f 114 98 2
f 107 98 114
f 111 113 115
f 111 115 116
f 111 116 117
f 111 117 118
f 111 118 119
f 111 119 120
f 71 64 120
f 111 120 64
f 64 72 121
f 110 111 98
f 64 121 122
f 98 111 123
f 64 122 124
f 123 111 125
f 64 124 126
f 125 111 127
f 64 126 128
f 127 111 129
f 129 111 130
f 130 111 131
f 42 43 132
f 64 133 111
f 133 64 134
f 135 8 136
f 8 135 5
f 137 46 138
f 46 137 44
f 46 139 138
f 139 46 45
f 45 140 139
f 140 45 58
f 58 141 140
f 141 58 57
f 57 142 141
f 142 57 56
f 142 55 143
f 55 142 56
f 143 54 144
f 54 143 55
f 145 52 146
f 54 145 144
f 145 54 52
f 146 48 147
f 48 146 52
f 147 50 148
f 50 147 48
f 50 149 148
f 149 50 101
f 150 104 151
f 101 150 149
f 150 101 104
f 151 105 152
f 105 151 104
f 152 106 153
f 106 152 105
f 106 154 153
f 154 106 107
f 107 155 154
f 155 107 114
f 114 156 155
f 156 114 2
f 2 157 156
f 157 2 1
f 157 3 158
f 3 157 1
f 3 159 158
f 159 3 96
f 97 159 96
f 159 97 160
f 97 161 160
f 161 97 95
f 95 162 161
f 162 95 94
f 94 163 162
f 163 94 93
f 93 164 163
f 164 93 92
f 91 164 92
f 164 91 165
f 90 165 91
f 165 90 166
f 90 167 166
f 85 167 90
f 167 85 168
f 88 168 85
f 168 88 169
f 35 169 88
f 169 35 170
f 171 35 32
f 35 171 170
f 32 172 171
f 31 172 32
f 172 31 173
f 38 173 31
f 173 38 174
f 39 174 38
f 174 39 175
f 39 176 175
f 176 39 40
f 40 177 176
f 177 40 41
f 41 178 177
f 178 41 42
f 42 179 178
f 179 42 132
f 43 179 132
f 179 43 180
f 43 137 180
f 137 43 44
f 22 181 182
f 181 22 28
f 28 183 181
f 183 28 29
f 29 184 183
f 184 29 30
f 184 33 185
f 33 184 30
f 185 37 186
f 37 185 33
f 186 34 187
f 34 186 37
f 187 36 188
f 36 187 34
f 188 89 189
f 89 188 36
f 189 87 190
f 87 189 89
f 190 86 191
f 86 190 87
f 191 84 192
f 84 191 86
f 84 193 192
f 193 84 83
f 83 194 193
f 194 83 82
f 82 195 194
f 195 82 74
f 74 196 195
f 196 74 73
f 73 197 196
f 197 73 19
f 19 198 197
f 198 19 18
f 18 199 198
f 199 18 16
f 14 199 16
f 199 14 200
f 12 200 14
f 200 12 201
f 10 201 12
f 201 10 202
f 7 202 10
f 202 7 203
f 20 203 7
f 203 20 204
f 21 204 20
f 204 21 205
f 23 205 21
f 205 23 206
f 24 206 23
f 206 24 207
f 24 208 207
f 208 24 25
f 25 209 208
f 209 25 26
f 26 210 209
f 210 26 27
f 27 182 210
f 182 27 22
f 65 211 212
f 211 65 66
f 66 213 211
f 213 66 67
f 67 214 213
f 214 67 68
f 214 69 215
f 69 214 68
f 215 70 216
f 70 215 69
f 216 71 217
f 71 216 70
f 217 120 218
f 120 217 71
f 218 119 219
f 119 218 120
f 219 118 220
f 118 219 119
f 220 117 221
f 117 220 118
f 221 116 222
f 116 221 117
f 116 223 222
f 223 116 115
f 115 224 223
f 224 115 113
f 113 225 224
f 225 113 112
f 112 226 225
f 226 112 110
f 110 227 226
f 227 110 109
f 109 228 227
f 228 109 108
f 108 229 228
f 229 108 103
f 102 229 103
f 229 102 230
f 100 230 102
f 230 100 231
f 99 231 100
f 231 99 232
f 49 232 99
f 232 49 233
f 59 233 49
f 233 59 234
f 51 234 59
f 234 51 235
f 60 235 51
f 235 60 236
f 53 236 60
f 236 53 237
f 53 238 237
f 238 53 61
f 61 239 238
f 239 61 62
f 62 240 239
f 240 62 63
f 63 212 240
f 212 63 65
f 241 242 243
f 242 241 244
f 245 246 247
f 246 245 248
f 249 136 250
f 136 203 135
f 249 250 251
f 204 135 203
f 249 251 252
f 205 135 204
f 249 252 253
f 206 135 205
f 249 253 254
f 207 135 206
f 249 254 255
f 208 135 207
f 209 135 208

» TRY IT: Taking the line that contains "f 112 226 225" as the starting point, copy every line through the end of the listing exactly, and write nothing further.

» ANSWER SPACE:
f 112 226 225
f 226 112 110
f 110 227 226
f 227 110 109
f 109 228 227
f 228 109 108
f 108 229 228
f 229 108 103
f 102 229 103
f 229 102 230
f 100 230 102
f 230 100 231
f 99 231 100
f 231 99 232
f 49 232 99
f 232 49 233
f 59 233 49
f 233 59 234
f 51 234 59
f 234 51 235
f 60 235 51
f 235 60 236
f 53 236 60
f 236 53 237
f 53 238 237
f 238 53 61
f 61 239 238
f 239 61 62
f 62 240 239
f 240 62 63
f 63 212 240
f 212 63 65
f 241 242 243
f 242 241 244
f 245 246 247
f 246 245 248
f 249 136 250
f 136 203 135
f 249 250 251
f 204 135 203
f 249 251 252
f 205 135 204
f 249 252 253
f 206 135 205
f 249 253 254
f 207 135 206
f 249 254 255
f 208 135 207
f 209 135 208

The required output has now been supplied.